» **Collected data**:

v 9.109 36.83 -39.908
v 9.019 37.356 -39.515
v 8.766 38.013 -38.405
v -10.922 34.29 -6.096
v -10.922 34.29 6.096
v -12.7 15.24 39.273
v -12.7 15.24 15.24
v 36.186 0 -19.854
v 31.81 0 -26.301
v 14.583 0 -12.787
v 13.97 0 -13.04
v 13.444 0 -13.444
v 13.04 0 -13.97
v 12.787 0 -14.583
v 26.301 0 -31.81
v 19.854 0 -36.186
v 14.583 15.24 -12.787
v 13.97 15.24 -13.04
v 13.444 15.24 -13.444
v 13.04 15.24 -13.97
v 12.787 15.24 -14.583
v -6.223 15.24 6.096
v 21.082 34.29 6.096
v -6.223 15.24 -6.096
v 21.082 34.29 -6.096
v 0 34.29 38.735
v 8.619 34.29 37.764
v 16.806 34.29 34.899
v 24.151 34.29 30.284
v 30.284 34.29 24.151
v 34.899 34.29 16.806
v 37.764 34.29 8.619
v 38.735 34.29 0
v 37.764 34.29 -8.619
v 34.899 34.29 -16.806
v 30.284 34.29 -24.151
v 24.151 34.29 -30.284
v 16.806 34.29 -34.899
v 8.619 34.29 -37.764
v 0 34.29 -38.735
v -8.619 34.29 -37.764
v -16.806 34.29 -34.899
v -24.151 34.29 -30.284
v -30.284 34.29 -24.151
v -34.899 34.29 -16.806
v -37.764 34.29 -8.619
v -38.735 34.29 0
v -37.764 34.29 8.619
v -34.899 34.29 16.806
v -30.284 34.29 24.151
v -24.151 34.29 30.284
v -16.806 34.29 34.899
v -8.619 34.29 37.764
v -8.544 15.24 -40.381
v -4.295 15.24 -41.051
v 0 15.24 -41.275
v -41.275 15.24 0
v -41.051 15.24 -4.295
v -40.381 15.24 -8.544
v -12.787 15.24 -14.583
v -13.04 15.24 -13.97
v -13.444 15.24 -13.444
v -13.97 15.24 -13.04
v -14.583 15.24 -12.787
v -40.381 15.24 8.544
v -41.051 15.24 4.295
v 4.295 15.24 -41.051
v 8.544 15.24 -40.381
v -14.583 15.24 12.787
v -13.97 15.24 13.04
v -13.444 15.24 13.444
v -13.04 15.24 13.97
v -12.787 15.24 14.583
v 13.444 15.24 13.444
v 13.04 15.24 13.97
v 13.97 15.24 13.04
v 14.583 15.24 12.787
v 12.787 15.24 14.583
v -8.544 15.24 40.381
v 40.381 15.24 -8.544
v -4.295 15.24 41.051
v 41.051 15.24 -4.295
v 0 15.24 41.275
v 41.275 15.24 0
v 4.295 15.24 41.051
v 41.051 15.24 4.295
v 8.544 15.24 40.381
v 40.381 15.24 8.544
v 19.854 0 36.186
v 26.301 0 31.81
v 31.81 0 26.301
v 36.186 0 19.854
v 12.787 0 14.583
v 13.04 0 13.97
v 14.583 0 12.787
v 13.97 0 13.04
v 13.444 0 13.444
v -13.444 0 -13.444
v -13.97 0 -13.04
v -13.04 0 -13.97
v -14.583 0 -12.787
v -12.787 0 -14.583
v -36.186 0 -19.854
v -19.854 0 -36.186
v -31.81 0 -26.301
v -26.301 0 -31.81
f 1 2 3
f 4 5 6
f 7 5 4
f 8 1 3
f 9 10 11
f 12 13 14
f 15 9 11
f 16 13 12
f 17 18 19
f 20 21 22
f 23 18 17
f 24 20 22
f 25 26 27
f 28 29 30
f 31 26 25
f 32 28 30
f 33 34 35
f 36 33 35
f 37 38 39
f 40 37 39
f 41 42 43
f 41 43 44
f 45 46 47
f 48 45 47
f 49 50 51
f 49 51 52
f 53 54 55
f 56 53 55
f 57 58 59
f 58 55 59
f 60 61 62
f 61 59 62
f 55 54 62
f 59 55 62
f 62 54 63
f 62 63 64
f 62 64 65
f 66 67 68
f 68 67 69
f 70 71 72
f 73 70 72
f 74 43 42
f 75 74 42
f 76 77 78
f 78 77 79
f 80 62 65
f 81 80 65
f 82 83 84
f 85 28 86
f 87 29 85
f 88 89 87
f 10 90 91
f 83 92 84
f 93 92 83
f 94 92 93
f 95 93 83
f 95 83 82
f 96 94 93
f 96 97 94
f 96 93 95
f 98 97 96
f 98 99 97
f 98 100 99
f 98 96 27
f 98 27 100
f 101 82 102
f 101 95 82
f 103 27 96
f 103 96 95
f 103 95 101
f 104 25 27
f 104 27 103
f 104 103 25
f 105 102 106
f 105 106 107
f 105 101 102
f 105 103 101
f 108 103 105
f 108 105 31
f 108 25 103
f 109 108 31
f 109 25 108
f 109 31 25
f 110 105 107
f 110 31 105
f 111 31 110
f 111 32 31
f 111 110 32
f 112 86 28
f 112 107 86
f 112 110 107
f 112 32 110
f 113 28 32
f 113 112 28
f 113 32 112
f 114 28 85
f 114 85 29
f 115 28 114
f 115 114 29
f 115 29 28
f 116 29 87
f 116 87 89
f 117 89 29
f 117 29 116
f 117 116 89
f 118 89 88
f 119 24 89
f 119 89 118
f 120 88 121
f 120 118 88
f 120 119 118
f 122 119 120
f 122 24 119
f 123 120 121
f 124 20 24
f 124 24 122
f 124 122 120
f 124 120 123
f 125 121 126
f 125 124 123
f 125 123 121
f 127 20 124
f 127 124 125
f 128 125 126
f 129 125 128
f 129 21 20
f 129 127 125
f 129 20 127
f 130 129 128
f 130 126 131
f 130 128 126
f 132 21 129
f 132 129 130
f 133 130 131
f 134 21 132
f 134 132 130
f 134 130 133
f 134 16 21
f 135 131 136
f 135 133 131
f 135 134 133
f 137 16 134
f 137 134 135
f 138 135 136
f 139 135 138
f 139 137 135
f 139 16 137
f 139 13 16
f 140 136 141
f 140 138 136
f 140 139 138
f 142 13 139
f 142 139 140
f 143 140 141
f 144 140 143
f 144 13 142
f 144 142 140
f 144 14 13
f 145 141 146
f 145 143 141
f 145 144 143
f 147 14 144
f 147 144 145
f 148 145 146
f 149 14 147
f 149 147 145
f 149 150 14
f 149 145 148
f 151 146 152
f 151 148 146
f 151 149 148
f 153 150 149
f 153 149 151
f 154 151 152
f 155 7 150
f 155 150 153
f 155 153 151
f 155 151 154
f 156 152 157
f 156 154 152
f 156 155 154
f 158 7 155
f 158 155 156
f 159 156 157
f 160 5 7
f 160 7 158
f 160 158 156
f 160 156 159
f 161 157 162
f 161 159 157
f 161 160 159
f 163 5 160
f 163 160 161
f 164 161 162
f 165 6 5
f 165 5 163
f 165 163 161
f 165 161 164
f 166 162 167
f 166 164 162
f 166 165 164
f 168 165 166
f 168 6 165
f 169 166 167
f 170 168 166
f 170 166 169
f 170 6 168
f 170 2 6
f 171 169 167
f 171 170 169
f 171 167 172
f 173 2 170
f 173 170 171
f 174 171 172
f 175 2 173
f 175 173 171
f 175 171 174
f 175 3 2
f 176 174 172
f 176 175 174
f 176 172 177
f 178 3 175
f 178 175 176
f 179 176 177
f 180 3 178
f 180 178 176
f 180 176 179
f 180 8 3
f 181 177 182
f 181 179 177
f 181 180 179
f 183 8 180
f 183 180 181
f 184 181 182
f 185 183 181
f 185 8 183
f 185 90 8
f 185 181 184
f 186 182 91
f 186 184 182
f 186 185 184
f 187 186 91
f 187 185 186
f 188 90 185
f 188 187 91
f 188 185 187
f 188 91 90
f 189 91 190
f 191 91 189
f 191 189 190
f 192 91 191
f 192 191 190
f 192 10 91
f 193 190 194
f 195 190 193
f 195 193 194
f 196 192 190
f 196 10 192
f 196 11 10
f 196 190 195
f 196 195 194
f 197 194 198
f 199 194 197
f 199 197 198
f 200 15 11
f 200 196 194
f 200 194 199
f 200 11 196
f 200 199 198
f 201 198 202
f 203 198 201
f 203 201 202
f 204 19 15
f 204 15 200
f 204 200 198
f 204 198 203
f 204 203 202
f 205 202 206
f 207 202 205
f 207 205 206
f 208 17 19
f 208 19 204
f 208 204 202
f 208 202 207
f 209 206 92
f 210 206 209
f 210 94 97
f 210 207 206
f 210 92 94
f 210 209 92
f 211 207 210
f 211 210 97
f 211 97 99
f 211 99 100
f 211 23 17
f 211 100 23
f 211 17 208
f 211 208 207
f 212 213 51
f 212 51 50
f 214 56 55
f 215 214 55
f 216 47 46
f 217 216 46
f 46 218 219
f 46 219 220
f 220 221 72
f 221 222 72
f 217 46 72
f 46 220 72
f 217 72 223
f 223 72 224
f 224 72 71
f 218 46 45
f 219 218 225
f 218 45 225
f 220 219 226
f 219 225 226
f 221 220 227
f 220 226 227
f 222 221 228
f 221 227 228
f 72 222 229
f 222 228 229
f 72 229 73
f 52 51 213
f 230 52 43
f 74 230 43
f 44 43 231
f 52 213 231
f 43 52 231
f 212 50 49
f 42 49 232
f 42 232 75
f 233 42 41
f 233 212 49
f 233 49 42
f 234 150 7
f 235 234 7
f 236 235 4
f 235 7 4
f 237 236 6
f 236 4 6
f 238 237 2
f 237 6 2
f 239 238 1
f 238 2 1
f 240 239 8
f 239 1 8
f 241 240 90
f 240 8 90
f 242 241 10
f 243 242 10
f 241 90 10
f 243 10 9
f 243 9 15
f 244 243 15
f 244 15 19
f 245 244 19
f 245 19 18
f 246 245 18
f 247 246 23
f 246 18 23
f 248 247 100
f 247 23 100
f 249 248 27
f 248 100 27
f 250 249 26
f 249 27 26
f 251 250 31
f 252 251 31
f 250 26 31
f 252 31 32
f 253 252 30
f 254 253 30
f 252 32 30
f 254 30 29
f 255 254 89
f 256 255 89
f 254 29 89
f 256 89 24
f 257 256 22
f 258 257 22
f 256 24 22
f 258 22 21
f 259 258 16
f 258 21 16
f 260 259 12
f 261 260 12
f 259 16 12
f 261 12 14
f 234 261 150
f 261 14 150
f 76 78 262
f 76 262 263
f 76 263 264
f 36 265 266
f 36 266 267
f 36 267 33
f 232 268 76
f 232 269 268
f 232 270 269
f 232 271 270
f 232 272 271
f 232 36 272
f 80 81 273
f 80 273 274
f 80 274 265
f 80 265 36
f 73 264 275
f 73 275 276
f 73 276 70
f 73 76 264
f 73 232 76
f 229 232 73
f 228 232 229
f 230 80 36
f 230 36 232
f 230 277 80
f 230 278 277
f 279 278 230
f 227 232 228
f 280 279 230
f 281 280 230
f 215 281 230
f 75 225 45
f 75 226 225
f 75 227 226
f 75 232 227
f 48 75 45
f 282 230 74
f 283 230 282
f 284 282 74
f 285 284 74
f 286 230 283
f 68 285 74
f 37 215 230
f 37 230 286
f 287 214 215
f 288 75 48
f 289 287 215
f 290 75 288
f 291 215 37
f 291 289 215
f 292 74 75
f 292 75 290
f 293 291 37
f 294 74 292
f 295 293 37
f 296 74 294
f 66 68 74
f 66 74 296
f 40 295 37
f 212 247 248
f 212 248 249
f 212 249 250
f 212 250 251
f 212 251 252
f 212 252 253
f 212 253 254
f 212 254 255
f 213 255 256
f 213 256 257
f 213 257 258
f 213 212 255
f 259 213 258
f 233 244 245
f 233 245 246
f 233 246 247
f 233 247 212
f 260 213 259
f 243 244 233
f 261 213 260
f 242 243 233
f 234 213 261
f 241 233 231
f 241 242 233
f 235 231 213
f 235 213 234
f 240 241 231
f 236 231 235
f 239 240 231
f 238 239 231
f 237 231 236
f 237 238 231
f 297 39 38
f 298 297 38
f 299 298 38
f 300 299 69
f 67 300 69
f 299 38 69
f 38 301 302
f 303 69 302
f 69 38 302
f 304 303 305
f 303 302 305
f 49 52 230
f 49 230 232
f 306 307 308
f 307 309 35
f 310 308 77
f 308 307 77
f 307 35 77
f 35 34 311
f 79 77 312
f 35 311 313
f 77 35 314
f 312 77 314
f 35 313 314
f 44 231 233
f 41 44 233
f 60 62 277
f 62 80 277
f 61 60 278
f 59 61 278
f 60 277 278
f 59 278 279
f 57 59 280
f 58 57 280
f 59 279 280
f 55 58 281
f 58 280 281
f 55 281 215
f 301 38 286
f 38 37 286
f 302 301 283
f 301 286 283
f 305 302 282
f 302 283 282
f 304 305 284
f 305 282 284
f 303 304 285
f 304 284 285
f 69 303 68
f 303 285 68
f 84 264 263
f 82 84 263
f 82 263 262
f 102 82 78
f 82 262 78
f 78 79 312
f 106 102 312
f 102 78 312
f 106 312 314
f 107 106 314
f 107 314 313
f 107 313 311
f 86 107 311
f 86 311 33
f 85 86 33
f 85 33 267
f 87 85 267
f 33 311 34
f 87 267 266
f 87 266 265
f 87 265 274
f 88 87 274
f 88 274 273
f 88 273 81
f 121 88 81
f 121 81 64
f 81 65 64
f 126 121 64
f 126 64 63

» **Problem statement**: Above are the entries. Copy exactly the part that opens with the line containing "f 171 170 169" and closes with the line containing "f 181 180 179", and no more.

» **Answer to this exercise**:
f 171 170 169
f 171 167 172
f 173 2 170
f 173 170 171
f 174 171 172
f 175 2 173
f 175 173 171
f 175 171 174
f 175 3 2
f 176 174 172
f 176 175 174
f 176 172 177
f 178 3 175
f 178 175 176
f 179 176 177
f 180 3 178
f 180 178 176
f 180 176 179
f 180 8 3
f 181 177 182
f 181 179 177
f 181 180 179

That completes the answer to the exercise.